Whoever had been watching Eve, if he was still out there, he could certainly see everything now. Matt discovered he didn’t like the idea of being spied on any better than Eve had.

He gave up. He wasn’t going to yell at her for working alone. Not at the moment, when he had something more important to do first.

Her whole body shook as she reached for her briefcase. “I’ll drive you to the hospital.”

“In a minute.” Injured or not, if there was someone inside the building, Matt planned on kicking butt.

Ignoring the pain in his leg, he limped through every room in the main floor of the building. Eve clung close to him, her fingers twisted in the tail of his untucked shirt, hammering home to him without words just how spooked she’d really been. The thought of her crouched in the dark—afraid and armed only with a nail gun for protection—filled him with helpless fury. And if he felt that way, how helpless must Eve be feeling?

There was a kitchen with a storage room and a locked rear entrance, the main meeting area with the enormous street-front window, and two single-unit washrooms. There was no access to the upper levels of the building from inside. The place was empty.

“Can we go now?” she asked when they arrived back in the main room.

“Just one more minute.”

Matt took her by the hand and hobbled over to the large front window, then turned to stare down into her upturned face.

Her tear-dampened eyes glistened with such a look of remorse, he wanted nothing more than to wipe it away. She shouldn’t be sorry. If the person spying on her tonight was the same one who’d broken into her house, it was time he learned that Eve didn’t have to defend herself. Not anymore. And if that person was her ex-husband, it might help for him to think Eve was now off-limits.
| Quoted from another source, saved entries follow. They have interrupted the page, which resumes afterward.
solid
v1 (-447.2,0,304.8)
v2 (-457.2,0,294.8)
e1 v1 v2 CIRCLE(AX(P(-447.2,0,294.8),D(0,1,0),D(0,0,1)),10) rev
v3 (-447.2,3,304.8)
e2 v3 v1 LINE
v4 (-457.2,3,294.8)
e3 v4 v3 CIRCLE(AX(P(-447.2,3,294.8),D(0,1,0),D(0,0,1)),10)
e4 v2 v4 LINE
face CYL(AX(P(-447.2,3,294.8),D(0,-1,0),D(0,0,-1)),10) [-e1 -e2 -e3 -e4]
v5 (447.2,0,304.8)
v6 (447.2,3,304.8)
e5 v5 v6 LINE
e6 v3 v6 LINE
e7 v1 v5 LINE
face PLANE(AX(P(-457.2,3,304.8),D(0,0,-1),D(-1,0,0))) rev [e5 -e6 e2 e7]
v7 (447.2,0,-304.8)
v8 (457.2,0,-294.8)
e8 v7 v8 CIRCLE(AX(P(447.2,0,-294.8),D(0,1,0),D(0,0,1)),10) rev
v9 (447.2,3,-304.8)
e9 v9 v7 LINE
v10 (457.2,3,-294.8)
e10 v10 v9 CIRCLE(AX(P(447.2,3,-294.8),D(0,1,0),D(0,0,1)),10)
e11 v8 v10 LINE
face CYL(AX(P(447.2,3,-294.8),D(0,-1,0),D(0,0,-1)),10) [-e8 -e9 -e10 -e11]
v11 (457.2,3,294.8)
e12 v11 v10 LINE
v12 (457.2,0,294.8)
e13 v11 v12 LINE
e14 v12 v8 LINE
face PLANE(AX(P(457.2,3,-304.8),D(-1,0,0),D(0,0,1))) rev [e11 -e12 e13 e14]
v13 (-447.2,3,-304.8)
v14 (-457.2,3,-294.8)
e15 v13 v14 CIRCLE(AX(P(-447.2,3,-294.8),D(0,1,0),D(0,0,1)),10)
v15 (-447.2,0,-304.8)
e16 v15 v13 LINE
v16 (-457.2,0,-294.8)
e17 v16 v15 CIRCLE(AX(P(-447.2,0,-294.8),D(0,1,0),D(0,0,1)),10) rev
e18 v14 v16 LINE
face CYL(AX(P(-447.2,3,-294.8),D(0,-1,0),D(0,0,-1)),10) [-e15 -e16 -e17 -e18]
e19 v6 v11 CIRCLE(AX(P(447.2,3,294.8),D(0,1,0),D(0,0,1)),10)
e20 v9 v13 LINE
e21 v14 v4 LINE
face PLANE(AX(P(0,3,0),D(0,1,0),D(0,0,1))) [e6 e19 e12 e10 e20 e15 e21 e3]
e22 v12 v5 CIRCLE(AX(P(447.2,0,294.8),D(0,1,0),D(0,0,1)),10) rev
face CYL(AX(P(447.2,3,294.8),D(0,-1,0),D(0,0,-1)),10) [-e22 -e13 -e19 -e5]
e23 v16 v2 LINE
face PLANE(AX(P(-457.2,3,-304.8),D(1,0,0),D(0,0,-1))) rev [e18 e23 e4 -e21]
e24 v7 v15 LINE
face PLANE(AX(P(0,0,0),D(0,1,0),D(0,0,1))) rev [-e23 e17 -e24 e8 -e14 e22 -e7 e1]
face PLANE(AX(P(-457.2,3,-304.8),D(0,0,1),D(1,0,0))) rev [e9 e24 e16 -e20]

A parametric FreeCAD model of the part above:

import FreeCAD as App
import Part
import Sketcher
from FreeCAD import Vector


def edges_at(feature, points):
    """Names of the edges that pass closest to the given points."""
    edges = feature.Shape.Edges
    near = lambda p: min(range(len(edges)), key=lambda i: edges[i].distToShape(Part.Vertex(*p))[0])
    return sorted({f"Edge{near(p) + 1}" for p in points})

doc = App.newDocument("Part")
body = doc.addObject("PartDesign::Body", "Body")

# Sketch on XZ plane
sketch1 = doc.addObject("Sketcher::SketchObject", "Sketch")
body.addObject(sketch1)
sketch1.AttachmentSupport = (doc.XZ_Plane, [""])
sketch1.MapMode = "FlatFace"
sketch1.addGeometry([
    Part.LineSegment(Vector(-457, -305, 0), Vector(-457, 305, 0)),
    Part.LineSegment(Vector(-457, 305, 0), Vector(457, 305, 0)),
    Part.LineSegment(Vector(457, 305, 0), Vector(457, -305, 0)),
    Part.LineSegment(Vector(457, -305, 0), Vector(-457, -305, 0)),
], False)
sketch1.addConstraint([
    Sketcher.Constraint("Coincident", 0, 2, 1, 1),
    Sketcher.Constraint("Coincident", 1, 2, 2, 1),
    Sketcher.Constraint("Coincident", 2, 2, 3, 1),
    Sketcher.Constraint("Coincident", 3, 2, 0, 1),
    Sketcher.Constraint("Vertical", 0),
    Sketcher.Constraint("Horizontal", 1),
    Sketcher.Constraint("Vertical", 2),
    Sketcher.Constraint("Horizontal", 3),
    Sketcher.Constraint("Symmetric", 0, 2, 2, 2, -1, 1),
    Sketcher.Constraint("DistanceX", 1, 1, 1, 2, 914.4),
    Sketcher.Constraint("DistanceY", 0, 1, 0, 2, 609.6),
])
pad1 = doc.addObject("PartDesign::Pad", "Pad")
body.addObject(pad1)
pad1.Profile = sketch1
pad1.Length = 3
pad1.Reversed = True
doc.recompute()

fillet = doc.addObject("PartDesign::Fillet", "Fillet")
body.addObject(fillet)
fillet.Base = (pad1, edges_at(pad1, [
    (457.2, 1.5, 304.8),
    (-457.2, 1.5, 304.8),
    (-457.2, 1.5, -304.8),
    (457.2, 1.5, -304.8),
]))
fillet.Radius = 10

doc.recompute()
Matt cupped her cheeks between his palms, threading his fingers through her hair. The rich, silky strands were smooth and cool against his skin. This time, he hoped her trembling had nothing to do with fear.

“Matt, this isn’t such a good idea,” she began, correctly interpreting his intention. She tried to pull back. “Anyone outside can see us.”

“That’s the whole point.”

Matt had been waiting for this moment ever since the night he’d missed his chance in the bushes at his uncle’s fundraiser. Now he had a perfectly legitimate excuse. He covered her mouth with his own and cut off her words, intending only to put on a show for whoever might be lurking outside.

He was unprepared for the knife of desire that stabbed through him, hot and hard. He was unprepared for a lot of things, like her warmth and the delicate touch of her fingers as they stole around his waist to smooth the sensitive spot at the base of his spine. Or the heady way sawdust smelled when mixed with the tantalizing scent of a woman. His tongue flitted briefly over her lips before plunging deeper, his fingers twisting in her hair.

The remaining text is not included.